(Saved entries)
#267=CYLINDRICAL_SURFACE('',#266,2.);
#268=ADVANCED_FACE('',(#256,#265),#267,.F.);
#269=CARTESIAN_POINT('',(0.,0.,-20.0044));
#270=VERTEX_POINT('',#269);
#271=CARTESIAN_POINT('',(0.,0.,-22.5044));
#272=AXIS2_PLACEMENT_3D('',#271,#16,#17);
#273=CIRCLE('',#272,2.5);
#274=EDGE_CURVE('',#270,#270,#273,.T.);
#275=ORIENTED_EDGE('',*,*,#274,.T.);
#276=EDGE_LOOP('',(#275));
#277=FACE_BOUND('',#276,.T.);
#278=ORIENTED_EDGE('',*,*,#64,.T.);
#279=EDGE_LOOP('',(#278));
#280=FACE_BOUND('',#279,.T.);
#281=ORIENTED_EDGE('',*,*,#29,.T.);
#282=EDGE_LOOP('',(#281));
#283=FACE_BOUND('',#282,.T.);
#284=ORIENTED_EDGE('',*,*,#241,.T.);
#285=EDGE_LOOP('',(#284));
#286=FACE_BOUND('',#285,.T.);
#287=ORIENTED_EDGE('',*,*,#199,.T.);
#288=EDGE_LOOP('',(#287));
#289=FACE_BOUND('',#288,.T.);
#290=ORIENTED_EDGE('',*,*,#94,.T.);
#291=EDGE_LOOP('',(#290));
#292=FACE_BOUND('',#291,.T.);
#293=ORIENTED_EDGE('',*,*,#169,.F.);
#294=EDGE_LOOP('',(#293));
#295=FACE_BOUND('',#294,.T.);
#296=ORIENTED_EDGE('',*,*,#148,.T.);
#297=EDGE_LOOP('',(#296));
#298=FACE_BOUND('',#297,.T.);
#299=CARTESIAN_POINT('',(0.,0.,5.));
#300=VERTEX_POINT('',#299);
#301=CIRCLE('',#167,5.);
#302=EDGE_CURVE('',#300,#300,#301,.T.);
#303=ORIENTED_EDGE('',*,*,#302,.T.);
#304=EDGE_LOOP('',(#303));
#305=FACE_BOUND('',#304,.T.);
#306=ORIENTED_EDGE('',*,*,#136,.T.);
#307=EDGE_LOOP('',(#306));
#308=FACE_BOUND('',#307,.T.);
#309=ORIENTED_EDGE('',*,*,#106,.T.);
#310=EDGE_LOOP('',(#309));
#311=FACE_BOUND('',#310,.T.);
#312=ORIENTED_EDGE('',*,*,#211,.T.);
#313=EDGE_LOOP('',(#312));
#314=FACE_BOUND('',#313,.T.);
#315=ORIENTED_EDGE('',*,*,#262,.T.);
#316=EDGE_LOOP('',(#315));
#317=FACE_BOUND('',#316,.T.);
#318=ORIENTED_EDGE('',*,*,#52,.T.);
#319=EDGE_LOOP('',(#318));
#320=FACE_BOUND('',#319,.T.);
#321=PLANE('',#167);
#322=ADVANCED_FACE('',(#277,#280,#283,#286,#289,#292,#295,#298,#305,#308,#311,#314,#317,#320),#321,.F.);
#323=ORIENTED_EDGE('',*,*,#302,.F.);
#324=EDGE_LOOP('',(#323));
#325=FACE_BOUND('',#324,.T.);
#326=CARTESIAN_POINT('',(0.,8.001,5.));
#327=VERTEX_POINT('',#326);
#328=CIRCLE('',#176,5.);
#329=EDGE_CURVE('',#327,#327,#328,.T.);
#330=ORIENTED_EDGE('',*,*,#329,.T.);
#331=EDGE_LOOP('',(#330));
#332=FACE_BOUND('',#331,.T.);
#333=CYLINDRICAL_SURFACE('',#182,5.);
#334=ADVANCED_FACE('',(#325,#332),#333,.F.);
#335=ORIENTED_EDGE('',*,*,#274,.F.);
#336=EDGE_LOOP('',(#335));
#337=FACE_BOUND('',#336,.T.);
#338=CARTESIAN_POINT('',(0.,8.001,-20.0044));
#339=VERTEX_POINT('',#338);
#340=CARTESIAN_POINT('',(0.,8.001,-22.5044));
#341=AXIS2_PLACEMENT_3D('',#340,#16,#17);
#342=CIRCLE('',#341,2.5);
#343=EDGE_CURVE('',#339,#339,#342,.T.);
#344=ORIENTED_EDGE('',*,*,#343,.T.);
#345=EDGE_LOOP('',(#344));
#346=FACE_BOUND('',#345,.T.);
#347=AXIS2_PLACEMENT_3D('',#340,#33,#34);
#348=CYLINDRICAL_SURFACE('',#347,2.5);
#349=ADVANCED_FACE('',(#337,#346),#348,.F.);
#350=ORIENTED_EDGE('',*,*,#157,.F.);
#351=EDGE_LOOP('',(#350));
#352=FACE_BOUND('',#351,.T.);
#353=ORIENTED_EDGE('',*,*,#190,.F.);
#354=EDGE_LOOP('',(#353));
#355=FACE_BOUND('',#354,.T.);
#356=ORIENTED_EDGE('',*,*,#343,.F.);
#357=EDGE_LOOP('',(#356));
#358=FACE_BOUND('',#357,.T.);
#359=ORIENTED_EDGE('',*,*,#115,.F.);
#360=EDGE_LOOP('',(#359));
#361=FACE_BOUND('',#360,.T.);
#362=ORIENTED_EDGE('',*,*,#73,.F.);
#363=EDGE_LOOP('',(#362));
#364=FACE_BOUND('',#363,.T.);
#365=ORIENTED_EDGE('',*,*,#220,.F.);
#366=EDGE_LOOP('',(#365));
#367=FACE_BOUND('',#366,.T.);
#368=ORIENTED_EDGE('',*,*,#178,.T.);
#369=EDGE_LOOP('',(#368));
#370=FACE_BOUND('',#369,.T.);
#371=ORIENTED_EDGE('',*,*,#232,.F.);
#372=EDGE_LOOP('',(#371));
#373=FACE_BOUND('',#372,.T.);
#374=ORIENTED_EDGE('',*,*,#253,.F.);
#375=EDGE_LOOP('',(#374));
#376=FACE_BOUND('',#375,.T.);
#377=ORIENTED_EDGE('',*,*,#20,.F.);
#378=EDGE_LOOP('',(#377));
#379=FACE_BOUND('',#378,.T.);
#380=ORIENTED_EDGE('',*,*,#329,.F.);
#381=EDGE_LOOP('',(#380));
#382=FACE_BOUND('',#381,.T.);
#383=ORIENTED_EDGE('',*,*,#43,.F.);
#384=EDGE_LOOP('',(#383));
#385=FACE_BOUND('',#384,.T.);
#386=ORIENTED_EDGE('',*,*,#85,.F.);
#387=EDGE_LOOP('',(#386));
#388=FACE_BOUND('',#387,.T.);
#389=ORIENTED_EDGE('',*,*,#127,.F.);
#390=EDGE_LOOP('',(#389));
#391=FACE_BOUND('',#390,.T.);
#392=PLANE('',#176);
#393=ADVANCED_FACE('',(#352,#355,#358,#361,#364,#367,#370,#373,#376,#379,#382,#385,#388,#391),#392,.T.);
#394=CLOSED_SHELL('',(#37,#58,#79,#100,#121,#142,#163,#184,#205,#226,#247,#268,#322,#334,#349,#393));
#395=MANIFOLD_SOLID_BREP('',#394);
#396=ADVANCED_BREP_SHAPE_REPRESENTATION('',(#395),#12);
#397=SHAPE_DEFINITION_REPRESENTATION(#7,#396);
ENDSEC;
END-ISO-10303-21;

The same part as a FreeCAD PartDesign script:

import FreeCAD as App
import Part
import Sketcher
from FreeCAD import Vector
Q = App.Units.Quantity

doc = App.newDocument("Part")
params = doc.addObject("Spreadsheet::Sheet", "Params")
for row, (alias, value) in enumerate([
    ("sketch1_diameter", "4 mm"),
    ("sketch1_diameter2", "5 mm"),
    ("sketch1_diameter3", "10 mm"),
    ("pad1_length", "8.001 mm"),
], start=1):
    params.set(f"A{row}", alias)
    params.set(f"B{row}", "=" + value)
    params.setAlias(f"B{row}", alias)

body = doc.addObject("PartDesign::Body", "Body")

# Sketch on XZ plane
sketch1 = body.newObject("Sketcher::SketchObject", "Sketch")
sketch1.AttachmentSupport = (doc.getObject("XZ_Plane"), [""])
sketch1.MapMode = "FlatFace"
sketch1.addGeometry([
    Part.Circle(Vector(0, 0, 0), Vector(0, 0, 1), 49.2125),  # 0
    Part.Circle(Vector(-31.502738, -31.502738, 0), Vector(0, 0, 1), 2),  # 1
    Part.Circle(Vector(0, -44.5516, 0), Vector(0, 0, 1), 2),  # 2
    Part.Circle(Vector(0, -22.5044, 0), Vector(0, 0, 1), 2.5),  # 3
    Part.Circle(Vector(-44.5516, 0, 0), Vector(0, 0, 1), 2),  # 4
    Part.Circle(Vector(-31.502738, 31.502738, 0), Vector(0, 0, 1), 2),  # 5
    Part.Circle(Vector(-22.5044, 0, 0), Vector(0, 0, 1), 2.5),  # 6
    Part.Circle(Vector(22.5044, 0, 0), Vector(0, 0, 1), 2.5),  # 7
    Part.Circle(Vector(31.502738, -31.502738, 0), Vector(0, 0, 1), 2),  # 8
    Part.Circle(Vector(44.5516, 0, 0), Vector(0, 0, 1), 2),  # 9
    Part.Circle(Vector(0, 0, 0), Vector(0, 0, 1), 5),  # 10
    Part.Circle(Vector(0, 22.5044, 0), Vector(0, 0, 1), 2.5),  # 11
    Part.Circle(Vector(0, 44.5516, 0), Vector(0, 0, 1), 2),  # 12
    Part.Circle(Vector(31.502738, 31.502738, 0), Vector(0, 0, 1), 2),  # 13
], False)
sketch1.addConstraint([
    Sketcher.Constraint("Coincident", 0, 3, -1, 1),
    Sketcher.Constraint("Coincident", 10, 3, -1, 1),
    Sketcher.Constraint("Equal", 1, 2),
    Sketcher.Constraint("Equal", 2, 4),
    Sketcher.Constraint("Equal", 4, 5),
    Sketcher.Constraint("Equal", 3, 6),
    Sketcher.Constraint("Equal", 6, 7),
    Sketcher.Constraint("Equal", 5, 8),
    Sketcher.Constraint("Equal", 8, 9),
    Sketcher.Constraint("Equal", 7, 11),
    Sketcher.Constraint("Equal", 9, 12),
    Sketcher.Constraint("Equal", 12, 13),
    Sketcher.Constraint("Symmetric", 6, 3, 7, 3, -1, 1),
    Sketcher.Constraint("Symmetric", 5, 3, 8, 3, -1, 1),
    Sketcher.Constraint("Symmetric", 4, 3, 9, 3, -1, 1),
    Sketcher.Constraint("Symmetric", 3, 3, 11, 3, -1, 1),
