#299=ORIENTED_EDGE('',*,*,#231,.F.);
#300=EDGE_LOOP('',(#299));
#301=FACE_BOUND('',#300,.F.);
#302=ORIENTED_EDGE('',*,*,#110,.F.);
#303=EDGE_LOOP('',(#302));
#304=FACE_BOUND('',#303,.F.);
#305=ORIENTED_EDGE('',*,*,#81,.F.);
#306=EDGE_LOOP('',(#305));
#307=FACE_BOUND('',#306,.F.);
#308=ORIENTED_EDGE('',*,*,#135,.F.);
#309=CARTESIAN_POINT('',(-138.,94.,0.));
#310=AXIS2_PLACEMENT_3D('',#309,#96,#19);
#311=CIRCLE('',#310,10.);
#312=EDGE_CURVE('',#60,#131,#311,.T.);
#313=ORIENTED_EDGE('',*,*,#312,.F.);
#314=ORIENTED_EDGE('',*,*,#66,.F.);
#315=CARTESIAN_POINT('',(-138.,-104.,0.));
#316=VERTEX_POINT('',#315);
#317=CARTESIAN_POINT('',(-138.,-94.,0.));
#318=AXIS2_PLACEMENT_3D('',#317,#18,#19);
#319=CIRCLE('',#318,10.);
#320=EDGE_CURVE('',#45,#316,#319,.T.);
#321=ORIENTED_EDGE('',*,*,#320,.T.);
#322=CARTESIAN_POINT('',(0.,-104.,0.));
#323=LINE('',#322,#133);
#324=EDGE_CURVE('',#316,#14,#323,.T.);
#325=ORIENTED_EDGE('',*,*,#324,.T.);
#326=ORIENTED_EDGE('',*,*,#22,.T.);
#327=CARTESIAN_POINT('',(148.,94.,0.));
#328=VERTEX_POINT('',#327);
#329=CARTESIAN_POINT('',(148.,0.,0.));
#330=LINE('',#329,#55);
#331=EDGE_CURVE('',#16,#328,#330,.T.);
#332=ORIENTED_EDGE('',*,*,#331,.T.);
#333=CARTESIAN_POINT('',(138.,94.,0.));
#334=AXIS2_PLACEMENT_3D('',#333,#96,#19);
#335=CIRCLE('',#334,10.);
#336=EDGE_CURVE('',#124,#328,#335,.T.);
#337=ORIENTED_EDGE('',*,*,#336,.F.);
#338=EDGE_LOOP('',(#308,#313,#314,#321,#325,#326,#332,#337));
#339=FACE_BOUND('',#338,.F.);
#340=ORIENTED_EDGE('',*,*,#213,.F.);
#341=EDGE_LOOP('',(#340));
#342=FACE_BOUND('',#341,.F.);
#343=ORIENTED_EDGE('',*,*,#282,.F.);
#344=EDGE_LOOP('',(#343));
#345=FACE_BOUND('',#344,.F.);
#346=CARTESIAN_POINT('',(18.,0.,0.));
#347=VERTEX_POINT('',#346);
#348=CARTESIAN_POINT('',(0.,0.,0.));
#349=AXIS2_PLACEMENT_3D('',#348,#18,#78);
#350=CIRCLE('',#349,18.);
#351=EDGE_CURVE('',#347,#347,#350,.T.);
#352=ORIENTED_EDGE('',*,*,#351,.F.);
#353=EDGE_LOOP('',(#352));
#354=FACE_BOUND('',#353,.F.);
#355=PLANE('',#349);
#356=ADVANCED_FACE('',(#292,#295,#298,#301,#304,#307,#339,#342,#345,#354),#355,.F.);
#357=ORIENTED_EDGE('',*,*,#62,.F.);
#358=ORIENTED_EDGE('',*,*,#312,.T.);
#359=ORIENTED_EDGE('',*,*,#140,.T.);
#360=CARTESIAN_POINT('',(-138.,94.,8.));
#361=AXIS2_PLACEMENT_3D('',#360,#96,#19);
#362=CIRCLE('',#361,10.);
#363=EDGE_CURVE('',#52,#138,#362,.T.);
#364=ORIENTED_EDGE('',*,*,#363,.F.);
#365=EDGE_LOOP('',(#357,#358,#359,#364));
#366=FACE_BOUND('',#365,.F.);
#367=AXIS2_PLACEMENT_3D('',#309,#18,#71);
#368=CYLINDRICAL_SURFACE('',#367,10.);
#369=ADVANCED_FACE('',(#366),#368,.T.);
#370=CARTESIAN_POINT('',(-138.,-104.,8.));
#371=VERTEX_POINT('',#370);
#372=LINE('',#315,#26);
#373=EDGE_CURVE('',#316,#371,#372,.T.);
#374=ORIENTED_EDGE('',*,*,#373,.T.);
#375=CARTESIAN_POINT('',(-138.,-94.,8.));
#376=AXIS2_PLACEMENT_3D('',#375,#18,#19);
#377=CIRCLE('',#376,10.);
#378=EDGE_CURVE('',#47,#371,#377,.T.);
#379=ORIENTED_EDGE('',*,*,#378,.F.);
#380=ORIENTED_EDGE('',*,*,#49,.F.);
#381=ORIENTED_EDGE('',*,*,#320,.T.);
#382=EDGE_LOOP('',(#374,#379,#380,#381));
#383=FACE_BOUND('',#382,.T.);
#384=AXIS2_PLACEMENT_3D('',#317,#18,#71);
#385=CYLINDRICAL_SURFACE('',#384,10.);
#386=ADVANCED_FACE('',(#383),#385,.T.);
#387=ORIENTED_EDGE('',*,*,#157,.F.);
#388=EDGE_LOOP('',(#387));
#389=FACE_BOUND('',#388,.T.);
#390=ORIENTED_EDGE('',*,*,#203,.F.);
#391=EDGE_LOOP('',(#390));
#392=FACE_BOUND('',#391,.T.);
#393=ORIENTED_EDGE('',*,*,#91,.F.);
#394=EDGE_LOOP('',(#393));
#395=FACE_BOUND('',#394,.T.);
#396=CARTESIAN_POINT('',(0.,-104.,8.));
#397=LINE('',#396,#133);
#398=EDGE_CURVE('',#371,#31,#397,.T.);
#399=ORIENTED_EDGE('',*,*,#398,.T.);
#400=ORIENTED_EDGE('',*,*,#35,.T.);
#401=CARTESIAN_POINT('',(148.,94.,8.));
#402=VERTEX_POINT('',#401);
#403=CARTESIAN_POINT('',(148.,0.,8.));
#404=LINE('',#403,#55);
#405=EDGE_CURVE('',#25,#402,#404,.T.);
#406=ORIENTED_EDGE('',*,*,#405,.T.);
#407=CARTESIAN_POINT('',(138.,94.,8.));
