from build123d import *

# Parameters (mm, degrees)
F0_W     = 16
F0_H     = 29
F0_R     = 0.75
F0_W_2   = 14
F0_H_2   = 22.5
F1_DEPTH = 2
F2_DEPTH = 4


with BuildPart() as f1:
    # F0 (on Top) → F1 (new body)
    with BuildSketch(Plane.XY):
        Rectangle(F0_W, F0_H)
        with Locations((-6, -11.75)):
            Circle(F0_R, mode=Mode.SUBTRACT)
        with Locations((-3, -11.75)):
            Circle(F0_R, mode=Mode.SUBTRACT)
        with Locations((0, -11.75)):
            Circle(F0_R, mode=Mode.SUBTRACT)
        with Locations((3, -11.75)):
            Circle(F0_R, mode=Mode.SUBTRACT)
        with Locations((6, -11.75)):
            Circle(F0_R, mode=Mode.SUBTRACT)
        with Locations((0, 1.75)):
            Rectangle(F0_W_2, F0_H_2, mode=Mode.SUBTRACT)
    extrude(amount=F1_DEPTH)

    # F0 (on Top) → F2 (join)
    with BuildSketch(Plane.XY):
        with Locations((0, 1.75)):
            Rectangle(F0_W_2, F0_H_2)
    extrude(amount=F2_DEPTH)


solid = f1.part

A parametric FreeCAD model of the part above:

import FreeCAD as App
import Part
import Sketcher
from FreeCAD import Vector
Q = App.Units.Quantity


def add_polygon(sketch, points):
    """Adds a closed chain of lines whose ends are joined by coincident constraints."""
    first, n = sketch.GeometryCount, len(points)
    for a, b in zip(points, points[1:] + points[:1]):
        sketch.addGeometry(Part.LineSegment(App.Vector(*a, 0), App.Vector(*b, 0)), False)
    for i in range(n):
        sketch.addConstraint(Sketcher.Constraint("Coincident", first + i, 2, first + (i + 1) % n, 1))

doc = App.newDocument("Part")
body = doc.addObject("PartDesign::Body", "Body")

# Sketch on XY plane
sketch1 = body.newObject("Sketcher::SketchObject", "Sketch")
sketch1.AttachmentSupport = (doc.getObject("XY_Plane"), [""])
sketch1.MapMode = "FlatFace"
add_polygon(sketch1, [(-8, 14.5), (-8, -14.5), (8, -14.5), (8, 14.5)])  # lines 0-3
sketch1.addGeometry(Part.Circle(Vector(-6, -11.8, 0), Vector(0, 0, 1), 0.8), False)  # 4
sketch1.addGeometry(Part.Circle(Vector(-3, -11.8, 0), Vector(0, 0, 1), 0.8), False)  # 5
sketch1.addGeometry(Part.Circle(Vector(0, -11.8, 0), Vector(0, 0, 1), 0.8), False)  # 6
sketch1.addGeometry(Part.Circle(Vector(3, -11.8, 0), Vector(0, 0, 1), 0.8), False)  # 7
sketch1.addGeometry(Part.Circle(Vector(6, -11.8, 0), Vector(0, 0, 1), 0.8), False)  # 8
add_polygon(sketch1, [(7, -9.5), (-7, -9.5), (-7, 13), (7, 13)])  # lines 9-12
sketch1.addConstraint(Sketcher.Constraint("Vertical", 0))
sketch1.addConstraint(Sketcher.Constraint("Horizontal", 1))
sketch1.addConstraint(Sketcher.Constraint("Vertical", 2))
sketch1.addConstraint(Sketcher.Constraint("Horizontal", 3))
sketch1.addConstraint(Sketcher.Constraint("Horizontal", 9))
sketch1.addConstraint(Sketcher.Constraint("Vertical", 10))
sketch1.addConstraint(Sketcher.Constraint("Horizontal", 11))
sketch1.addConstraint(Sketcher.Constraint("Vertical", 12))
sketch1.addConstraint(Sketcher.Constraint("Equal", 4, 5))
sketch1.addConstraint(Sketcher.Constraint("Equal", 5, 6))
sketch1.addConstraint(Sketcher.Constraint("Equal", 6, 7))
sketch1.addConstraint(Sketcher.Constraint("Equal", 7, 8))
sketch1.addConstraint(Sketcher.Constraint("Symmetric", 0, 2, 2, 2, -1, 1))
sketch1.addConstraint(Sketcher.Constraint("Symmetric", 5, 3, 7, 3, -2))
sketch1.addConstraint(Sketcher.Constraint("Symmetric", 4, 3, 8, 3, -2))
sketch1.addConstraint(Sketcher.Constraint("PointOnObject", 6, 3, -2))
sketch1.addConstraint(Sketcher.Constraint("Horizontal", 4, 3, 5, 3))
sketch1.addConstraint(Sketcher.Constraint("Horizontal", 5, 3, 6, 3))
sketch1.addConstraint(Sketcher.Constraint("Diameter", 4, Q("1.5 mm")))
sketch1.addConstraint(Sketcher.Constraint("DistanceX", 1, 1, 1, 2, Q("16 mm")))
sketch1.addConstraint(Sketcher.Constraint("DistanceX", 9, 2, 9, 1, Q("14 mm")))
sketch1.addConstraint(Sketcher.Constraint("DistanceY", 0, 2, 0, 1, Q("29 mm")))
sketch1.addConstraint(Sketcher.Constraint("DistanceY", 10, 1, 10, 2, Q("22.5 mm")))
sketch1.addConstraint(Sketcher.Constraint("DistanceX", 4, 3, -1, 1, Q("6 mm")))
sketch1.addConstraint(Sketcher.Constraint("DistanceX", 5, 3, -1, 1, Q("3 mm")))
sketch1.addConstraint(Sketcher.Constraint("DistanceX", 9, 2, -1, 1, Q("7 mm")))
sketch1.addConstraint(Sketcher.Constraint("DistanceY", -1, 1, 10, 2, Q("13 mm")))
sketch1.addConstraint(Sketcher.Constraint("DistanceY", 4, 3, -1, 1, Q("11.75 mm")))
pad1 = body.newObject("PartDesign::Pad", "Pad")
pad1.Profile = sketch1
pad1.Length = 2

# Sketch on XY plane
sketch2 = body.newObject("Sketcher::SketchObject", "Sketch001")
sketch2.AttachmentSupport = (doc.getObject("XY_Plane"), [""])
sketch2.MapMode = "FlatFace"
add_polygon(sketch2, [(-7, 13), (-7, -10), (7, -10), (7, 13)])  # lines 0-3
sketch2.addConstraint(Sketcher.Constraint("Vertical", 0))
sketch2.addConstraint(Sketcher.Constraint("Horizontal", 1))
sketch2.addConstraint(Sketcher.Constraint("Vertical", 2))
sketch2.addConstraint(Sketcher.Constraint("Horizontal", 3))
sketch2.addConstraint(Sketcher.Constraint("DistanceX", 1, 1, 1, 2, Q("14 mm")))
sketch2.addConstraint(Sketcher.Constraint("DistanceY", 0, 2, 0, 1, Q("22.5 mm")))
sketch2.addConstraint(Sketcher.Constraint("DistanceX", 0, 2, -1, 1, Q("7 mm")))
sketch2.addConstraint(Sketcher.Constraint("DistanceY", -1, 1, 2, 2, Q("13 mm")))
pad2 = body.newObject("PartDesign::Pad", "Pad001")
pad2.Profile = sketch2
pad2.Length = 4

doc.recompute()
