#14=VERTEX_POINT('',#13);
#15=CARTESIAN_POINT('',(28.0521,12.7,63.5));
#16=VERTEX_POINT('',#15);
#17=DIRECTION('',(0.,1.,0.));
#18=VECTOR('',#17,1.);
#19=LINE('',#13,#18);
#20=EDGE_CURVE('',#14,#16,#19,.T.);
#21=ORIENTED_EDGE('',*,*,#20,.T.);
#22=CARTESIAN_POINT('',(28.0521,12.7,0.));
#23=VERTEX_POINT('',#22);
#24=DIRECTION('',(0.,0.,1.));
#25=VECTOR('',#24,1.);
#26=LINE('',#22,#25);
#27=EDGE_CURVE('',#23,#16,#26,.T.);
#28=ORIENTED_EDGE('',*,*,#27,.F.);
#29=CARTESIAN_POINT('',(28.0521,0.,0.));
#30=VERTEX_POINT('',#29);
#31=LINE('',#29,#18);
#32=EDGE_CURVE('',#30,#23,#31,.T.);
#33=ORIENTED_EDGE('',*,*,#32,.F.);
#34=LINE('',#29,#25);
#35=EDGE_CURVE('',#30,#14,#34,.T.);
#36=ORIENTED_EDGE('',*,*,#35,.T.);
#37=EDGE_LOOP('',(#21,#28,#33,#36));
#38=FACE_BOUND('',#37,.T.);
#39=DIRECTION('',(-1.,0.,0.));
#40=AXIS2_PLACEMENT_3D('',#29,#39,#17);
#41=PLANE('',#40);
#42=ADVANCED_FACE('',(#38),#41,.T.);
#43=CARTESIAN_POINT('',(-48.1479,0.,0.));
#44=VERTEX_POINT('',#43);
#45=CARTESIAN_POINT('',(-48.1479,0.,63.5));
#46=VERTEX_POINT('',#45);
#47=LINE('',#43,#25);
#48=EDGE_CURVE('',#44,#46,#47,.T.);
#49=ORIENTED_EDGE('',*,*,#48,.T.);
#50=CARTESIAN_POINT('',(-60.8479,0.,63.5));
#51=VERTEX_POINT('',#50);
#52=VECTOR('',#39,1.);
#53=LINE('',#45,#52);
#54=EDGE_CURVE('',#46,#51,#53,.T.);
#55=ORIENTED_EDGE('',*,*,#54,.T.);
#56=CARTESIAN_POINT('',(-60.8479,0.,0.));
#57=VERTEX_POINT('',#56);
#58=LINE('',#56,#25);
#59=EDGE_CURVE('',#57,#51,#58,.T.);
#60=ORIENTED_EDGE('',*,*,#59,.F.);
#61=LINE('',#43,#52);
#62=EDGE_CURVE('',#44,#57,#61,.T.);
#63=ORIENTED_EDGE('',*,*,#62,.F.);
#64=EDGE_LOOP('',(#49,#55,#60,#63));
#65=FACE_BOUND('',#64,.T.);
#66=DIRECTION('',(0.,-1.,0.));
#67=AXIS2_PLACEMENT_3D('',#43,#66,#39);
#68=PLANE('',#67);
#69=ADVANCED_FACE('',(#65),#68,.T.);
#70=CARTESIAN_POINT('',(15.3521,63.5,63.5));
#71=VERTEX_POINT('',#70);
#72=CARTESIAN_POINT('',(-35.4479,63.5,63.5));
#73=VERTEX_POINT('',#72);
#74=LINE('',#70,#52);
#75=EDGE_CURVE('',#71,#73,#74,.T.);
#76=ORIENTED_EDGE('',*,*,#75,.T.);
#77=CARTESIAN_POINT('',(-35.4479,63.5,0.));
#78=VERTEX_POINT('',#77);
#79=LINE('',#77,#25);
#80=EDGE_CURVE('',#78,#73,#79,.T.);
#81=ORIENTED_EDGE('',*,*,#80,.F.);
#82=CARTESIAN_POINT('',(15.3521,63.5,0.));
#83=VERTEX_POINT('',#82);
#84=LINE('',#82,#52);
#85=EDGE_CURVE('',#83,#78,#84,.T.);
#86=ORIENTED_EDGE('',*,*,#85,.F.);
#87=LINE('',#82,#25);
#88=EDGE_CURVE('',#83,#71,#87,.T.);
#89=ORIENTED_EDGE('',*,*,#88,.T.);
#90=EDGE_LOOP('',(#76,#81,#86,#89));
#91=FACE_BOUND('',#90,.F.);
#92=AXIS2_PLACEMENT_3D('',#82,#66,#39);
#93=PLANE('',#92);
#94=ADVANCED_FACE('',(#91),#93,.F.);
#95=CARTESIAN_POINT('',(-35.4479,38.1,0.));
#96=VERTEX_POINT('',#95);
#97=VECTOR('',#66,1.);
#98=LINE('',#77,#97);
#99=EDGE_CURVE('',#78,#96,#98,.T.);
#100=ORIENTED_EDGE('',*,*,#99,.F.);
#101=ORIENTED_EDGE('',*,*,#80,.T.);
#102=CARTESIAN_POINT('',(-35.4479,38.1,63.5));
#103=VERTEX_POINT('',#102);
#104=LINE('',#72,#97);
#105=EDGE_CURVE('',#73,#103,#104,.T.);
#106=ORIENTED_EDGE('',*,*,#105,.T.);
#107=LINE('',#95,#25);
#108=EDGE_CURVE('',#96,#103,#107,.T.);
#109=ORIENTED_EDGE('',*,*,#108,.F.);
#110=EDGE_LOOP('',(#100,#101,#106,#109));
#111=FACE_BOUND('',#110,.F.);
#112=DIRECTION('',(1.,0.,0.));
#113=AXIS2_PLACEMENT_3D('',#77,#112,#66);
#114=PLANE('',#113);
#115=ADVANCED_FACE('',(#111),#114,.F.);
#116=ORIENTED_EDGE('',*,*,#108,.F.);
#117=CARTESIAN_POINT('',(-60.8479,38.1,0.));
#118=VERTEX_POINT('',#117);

The task: Lines from the one with "#106=ORIENTED_EDGE('',*,*,#105,.T.);" through the end of the data: set these down exactly, including both ends and nothing more.

Expected output:
#106=ORIENTED_EDGE('',*,*,#105,.T.);
#107=LINE('',#95,#25);
#108=EDGE_CURVE('',#96,#103,#107,.T.);
#109=ORIENTED_EDGE('',*,*,#108,.F.);
#110=EDGE_LOOP('',(#100,#101,#106,#109));
#111=FACE_BOUND('',#110,.F.);
#112=DIRECTION('',(1.,0.,0.));
#113=AXIS2_PLACEMENT_3D('',#77,#112,#66);
#114=PLANE('',#113);
#115=ADVANCED_FACE('',(#111),#114,.F.);
#116=ORIENTED_EDGE('',*,*,#108,.F.);
#117=CARTESIAN_POINT('',(-60.8479,38.1,0.));
#118=VERTEX_POINT('',#117);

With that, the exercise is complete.